4. **Set Up Database Connection:**
- Update the database connection details in the Java code:

```java
// Master Database Connection Details
private static final String MASTER_DB_URL = "jdbc:mysql://localhost:3306/master_db";
private static final String MASTER_DB_USER = "root";
private static final String MASTER_DB_PASSWORD = "password";

// Data Warehouse Connection Details
private static final String DWH_URL = "jdbc:mysql://localhost:3306/data_warehouse";
private static final String DWH_USER = "root";
private static final String DWH_PASSWORD = "password";
```

---

### **4. Running the Project**
1. **Start MySQL Server:**
- Ensure the MySQL Server is running on your system.

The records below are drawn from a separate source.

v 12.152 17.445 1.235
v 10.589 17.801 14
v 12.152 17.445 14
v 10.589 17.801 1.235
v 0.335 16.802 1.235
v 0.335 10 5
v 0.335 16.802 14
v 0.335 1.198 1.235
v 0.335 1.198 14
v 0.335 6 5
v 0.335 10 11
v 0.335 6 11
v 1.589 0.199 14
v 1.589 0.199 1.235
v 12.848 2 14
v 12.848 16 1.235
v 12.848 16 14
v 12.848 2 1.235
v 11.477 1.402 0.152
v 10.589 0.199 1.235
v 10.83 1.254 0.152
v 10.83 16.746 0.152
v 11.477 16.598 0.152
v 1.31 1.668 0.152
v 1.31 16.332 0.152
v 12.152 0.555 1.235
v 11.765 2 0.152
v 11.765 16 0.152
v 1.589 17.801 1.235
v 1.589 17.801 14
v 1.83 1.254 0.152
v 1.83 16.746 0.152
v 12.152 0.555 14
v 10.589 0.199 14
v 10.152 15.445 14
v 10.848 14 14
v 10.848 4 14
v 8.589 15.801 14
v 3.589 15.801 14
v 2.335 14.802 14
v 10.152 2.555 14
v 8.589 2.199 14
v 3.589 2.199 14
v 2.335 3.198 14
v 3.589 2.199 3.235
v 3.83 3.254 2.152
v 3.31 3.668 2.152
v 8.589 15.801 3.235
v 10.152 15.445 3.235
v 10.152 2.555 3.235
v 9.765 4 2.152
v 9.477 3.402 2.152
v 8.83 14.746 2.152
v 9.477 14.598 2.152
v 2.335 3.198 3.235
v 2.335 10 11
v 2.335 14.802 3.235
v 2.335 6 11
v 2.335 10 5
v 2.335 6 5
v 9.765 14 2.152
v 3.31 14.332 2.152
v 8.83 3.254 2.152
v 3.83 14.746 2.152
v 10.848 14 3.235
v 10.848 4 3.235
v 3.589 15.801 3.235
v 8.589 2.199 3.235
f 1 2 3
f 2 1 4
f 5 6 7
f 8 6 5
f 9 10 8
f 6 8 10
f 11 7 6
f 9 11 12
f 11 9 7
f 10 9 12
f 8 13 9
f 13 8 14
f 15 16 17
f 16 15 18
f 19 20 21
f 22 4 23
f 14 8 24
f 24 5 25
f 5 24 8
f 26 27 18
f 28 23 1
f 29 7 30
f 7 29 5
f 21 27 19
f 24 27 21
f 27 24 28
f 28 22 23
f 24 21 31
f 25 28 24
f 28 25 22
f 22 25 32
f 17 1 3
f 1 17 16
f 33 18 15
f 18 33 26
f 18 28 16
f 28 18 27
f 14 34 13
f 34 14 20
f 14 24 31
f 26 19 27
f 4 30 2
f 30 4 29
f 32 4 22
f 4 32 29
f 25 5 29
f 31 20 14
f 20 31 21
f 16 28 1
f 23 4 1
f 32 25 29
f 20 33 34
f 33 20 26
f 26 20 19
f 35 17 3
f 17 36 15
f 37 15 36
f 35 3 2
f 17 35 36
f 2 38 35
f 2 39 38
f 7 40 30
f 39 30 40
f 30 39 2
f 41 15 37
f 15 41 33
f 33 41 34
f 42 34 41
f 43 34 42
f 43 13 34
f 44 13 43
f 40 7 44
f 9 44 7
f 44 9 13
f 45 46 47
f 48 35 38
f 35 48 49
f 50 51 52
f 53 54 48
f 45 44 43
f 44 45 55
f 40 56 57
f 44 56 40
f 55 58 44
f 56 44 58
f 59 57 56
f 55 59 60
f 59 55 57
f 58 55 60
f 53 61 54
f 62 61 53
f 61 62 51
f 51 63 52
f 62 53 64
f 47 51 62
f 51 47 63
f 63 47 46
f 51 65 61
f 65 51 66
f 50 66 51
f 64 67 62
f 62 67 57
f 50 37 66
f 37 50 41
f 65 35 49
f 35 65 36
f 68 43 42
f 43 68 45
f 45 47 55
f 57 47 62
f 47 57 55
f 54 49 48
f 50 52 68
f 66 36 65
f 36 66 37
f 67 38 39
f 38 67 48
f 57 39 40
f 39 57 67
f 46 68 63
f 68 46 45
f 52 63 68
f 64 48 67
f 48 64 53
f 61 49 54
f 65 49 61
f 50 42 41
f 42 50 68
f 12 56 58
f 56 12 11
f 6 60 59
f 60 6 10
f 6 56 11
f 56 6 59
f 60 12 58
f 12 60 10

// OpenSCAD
// file: ../utility/round-bottom-box.scad
module spheres(width,length,height,radius) {
  translate([radius,radius,radius]) sphere(radius);
  translate([width - radius, length - radius, radius]) sphere(radius);
  translate([width - radius, radius, radius]) sphere(radius);
  translate([radius, length - radius, radius]) sphere(radius);
}

module slicer(width, length, z_up, height) {
  translate([0, 0, z_up]) cube([width, length, height]); 
}

module round_bottom_box(width, length, height, radius) {
  difference() {
    hull() {
      spheres(width,length,height,radius);
      translate([0,0,height]) spheres(width,length,height,radius);
    }
    slicer(width, length, height+radius, radius+1);
  }
}

module hollow_round_bottom_box(width, length, height, radius, wall = 2) {
 inside_width = width - (2 * wall);
 inside_length = length - (2 * wall);
 inside_height = height;
 difference() {
   round_bottom_box(width, length, height, radius);
   translate ([wall, wall, wall]) 
     round_bottom_box(inside_width, inside_length, inside_height, radius);
 }
}
// main file
use <../utility/round-bottom-box.scad>

module shell() {
  difference() {
    round_bottom_box (13,18,12,2);
    translate([2, 2, 2])
      round_bottom_box (9,14,10,2); 
  }
}

module cord() {
  translate([0,6,5])
    cube([4,4,6]);
}

module lid_box() {
  difference() {
    round_bottom_box(15, 20, 10, 2);
    translate([2, 2, 2])
      round_bottom_box(11, 16, 8, 2);
  }
}

module hole_for_switch() {
  translate([3,2,0]) {
    cube([9, 14, 18]);
  }
}

module lid() {
  difference() {
    lid_box();
    hole_for_switch();
  }
}

module bottom() {
  difference() {
    shell();
    cord();
  }
}

bottom();
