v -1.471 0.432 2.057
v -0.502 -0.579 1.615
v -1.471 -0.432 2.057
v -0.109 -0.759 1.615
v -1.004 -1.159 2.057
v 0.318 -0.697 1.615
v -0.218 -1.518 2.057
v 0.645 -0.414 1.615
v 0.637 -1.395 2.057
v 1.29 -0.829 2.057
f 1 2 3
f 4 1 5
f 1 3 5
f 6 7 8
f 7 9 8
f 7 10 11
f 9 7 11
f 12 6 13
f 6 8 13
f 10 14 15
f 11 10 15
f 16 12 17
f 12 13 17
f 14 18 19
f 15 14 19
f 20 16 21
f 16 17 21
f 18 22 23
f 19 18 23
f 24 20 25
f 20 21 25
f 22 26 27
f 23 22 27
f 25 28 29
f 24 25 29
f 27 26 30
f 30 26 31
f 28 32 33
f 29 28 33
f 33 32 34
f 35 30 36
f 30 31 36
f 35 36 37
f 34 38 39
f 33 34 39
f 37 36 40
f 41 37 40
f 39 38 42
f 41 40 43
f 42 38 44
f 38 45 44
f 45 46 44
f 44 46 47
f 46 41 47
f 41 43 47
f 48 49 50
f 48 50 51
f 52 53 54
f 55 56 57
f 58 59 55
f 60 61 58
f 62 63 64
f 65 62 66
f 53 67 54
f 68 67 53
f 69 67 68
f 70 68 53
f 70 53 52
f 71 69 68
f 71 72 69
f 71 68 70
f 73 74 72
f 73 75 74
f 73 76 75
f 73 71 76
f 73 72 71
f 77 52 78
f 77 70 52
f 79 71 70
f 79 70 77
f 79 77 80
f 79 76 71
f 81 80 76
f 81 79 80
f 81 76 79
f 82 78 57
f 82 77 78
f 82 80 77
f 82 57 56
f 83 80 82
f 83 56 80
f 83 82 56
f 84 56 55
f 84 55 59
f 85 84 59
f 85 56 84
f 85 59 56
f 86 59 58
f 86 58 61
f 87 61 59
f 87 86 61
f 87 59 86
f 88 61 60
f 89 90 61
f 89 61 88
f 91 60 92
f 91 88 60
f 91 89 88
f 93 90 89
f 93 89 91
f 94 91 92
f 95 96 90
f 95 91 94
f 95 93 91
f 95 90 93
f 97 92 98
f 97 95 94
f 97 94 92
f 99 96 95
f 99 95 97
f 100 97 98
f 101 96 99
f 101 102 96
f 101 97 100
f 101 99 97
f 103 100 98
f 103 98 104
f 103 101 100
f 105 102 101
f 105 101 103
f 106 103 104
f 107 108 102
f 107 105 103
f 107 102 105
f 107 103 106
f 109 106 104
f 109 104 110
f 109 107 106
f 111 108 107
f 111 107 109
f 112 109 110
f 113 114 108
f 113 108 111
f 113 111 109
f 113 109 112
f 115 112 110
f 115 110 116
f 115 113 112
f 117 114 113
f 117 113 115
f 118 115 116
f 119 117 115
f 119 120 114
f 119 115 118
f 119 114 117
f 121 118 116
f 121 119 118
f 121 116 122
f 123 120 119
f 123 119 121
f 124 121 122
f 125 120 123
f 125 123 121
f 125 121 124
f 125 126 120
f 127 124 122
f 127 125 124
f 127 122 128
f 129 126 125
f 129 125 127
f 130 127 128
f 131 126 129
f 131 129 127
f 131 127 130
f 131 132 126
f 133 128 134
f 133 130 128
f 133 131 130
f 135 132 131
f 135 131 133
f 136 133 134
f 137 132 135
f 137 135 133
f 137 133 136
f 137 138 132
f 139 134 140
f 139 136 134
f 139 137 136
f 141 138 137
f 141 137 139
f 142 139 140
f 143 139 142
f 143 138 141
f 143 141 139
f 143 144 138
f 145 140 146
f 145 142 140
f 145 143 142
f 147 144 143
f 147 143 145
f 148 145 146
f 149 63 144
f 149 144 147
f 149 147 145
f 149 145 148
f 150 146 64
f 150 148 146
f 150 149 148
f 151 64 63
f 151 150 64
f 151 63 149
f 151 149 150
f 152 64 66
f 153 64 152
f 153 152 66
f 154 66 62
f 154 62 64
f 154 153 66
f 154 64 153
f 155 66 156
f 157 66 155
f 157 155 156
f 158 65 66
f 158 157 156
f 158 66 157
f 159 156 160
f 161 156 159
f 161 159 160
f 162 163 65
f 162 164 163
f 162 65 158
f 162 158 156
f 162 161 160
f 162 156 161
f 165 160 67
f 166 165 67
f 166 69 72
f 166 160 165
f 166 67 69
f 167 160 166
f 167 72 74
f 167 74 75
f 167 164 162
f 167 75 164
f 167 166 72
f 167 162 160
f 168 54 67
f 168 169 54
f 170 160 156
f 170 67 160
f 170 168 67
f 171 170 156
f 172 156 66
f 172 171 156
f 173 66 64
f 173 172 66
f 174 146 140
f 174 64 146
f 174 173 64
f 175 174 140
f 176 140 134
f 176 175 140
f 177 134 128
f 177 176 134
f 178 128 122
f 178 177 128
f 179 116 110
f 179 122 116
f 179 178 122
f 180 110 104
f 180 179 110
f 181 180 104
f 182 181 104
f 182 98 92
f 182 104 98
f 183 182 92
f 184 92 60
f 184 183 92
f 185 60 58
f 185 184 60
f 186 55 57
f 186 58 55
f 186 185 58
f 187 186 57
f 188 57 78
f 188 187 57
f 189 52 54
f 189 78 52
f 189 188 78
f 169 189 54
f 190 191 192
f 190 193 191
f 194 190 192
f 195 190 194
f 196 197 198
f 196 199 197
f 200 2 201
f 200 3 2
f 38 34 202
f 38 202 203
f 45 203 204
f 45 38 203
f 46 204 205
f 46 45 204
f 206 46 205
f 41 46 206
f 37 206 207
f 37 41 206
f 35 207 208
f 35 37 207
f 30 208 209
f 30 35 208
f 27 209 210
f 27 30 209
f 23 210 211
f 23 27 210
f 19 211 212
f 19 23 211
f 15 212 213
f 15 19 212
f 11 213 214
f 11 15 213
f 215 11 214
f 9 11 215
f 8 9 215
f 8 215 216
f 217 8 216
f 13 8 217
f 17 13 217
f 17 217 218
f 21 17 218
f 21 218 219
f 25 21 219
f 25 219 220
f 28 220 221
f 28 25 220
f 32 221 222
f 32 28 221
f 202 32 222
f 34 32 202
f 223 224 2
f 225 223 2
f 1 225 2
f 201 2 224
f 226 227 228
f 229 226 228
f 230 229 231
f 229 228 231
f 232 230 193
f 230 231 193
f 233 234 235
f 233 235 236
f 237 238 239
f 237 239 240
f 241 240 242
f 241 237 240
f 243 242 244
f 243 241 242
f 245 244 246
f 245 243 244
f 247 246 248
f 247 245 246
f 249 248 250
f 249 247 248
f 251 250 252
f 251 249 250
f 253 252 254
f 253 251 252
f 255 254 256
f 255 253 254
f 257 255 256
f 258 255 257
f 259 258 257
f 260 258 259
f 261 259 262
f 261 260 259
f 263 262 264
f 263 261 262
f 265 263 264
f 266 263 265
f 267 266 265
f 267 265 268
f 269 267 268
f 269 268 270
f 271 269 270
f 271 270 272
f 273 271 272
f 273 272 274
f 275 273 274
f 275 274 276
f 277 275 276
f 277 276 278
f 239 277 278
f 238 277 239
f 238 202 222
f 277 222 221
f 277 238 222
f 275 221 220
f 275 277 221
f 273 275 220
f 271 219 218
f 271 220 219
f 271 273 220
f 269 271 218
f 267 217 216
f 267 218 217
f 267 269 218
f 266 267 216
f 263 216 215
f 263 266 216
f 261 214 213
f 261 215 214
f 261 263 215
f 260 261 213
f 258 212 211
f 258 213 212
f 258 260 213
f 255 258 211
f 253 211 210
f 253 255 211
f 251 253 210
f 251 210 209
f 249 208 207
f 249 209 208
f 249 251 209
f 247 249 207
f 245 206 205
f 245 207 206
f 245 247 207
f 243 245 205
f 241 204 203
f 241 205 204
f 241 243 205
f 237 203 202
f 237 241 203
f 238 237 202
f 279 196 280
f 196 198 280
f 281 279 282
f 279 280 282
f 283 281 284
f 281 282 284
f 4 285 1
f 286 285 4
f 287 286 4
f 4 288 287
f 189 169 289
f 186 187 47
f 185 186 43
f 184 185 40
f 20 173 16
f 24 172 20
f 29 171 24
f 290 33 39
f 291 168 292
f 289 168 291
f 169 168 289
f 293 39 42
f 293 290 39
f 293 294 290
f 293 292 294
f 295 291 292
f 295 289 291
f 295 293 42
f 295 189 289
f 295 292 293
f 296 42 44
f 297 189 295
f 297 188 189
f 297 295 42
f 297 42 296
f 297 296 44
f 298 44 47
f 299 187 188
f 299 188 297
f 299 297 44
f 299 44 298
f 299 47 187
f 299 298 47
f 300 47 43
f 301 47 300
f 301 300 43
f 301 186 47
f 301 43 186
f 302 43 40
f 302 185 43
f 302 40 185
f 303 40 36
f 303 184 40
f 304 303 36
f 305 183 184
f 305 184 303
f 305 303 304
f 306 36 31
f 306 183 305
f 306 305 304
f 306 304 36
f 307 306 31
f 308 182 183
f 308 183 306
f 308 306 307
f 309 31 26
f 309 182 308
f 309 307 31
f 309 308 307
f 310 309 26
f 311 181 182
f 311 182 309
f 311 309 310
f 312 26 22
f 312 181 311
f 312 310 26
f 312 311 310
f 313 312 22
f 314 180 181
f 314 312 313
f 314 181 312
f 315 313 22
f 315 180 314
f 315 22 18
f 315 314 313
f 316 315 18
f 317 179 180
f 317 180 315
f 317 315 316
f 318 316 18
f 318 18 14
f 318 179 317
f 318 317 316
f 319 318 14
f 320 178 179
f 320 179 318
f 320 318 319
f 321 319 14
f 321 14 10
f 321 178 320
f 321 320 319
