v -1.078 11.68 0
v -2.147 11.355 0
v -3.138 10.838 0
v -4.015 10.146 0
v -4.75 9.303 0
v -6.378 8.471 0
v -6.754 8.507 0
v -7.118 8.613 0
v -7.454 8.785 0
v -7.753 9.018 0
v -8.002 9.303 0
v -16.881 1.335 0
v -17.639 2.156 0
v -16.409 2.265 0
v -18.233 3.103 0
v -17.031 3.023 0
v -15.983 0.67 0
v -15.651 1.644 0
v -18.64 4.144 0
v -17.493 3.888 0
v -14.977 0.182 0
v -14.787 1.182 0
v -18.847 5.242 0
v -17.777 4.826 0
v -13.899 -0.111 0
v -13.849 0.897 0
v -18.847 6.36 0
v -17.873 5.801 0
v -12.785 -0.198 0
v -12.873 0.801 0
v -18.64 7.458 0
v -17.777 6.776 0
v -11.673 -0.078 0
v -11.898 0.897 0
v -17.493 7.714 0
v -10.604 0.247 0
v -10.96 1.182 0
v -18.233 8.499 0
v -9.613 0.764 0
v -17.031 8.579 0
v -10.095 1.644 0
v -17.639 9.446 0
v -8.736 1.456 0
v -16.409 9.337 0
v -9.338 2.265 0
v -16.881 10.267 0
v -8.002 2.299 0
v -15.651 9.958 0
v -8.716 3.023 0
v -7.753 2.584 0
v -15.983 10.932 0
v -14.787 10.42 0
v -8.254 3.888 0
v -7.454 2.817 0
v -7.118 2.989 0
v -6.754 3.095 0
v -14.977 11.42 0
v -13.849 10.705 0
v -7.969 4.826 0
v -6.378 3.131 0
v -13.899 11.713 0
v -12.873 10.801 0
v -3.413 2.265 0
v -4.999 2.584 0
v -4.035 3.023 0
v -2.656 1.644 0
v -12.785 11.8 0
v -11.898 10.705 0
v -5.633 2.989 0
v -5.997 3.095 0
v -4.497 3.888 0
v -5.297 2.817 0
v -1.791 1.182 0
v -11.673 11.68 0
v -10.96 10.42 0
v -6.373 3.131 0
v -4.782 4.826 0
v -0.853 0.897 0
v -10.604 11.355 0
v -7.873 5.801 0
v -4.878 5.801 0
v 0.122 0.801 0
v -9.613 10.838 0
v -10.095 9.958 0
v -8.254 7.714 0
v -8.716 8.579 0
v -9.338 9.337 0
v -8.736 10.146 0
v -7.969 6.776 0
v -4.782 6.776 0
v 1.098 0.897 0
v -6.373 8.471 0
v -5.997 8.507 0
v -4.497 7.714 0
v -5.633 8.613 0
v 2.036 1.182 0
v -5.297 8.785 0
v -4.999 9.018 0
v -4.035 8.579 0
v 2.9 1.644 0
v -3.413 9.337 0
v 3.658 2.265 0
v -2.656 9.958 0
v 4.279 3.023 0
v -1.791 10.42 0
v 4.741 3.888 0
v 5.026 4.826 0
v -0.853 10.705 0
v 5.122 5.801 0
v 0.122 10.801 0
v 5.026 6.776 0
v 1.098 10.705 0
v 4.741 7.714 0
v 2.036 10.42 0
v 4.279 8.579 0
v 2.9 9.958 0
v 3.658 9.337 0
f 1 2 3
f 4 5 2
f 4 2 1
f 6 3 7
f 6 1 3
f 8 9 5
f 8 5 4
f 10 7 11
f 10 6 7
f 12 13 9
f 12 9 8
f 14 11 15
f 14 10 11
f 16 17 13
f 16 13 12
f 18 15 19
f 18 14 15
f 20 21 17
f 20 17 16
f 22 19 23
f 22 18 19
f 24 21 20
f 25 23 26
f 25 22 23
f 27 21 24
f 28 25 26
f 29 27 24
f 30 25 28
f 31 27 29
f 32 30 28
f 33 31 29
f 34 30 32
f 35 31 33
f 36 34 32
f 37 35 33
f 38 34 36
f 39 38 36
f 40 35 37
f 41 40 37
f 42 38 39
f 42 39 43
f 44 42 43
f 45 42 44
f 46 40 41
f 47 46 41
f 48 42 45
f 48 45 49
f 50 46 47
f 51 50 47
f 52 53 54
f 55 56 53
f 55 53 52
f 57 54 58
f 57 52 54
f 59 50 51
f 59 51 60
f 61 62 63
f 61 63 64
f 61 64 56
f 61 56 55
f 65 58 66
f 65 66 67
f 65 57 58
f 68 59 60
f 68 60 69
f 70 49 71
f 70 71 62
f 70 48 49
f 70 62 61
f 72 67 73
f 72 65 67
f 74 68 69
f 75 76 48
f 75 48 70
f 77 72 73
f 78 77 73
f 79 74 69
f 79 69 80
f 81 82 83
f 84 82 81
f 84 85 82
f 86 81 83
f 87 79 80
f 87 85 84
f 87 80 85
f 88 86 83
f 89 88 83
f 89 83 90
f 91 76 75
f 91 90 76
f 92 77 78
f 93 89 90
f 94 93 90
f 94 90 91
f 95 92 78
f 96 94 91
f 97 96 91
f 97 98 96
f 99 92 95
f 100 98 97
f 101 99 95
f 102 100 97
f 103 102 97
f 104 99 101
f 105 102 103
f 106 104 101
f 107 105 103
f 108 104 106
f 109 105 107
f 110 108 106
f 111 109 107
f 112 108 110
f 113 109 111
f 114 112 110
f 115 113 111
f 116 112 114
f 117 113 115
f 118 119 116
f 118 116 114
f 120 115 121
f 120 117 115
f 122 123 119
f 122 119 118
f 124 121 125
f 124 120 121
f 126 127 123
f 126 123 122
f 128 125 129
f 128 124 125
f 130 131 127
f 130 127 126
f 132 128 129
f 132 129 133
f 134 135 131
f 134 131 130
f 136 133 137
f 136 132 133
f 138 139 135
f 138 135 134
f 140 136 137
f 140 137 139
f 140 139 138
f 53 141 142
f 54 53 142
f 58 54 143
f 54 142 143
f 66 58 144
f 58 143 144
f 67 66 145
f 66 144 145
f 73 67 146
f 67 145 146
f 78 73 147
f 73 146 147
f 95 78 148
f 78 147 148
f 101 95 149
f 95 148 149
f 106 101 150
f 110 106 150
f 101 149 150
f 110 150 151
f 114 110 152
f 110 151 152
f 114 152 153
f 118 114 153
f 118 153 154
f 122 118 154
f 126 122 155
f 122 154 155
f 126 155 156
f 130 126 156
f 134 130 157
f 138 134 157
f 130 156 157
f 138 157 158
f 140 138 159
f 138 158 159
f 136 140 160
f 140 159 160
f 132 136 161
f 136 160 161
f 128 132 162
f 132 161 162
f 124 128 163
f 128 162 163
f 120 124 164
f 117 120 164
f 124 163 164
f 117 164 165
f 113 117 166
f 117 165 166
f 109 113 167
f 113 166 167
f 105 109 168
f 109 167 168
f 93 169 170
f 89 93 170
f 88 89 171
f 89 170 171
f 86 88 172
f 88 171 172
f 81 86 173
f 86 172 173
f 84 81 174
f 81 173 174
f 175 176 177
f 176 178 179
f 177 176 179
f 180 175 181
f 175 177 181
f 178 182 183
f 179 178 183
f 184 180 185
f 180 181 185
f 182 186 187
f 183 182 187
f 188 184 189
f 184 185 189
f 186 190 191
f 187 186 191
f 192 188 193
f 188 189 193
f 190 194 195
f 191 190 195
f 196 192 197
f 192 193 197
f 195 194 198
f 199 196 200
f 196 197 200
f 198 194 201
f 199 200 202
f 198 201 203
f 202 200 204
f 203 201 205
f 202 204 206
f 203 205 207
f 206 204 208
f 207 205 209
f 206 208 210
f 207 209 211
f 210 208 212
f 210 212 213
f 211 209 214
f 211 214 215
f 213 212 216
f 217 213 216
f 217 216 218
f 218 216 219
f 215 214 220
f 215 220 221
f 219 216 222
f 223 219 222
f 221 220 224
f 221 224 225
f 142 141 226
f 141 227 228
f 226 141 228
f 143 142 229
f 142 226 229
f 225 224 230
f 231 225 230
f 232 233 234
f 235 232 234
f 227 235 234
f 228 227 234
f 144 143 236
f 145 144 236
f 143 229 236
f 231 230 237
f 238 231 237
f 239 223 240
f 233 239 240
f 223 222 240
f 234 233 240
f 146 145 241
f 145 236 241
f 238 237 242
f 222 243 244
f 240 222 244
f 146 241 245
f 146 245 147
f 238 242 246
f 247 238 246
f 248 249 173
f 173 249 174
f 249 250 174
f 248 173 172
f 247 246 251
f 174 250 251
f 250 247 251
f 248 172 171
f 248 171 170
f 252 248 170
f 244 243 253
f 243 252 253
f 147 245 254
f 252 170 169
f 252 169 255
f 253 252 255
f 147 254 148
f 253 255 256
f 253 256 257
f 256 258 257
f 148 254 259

2. **Run the ETL Process in Eclipse:**
- Execute the `MeshJoinProcess.java` file in Eclipse.
- Enter the database credentials as prompted:
- **Master Database:** URL, username, password.
- **Warehouse Database:** URL, username, password.

3. **Monitor Progress:**
- The program will:
- Extract transactions from `transactions.csv`.
- Enrich the data using `master_db`.
- Load the enriched data into the `data_warehouse`.

---

### **5. Perform OLAP Queries**
1. Open `queries.sql` in MySQL Workbench.
2. Execute the queries in the `data_warehouse` database to analyze business performance:
- Example queries:
- Top revenue-generating products.
- Store revenue trends.
- Product affinity analysis.

---

## **Usage Notes**
1. **Directory Structure:**
- `src/`: Contains the Java source code.
- `data/`: Contains sample CSV files.
- `sql/`: Contains SQL scripts for schema creation and queries.
- `lib/`: Contains the MySQL JDBC driver.

2. **Error Handling:**
- Ensure the CSV files are formatted correctly.
- Verify database credentials if a connection error occurs.

3. **Extensibility:**
- Add additional master data or transactional records to expand the DWH for broader analyses.

---
## **License**
This project is licensed under the MIT License. Feel free to use and modify it as per your needs.
The MySQL Connector/J is licensed under GPL v2 with FOSS exception.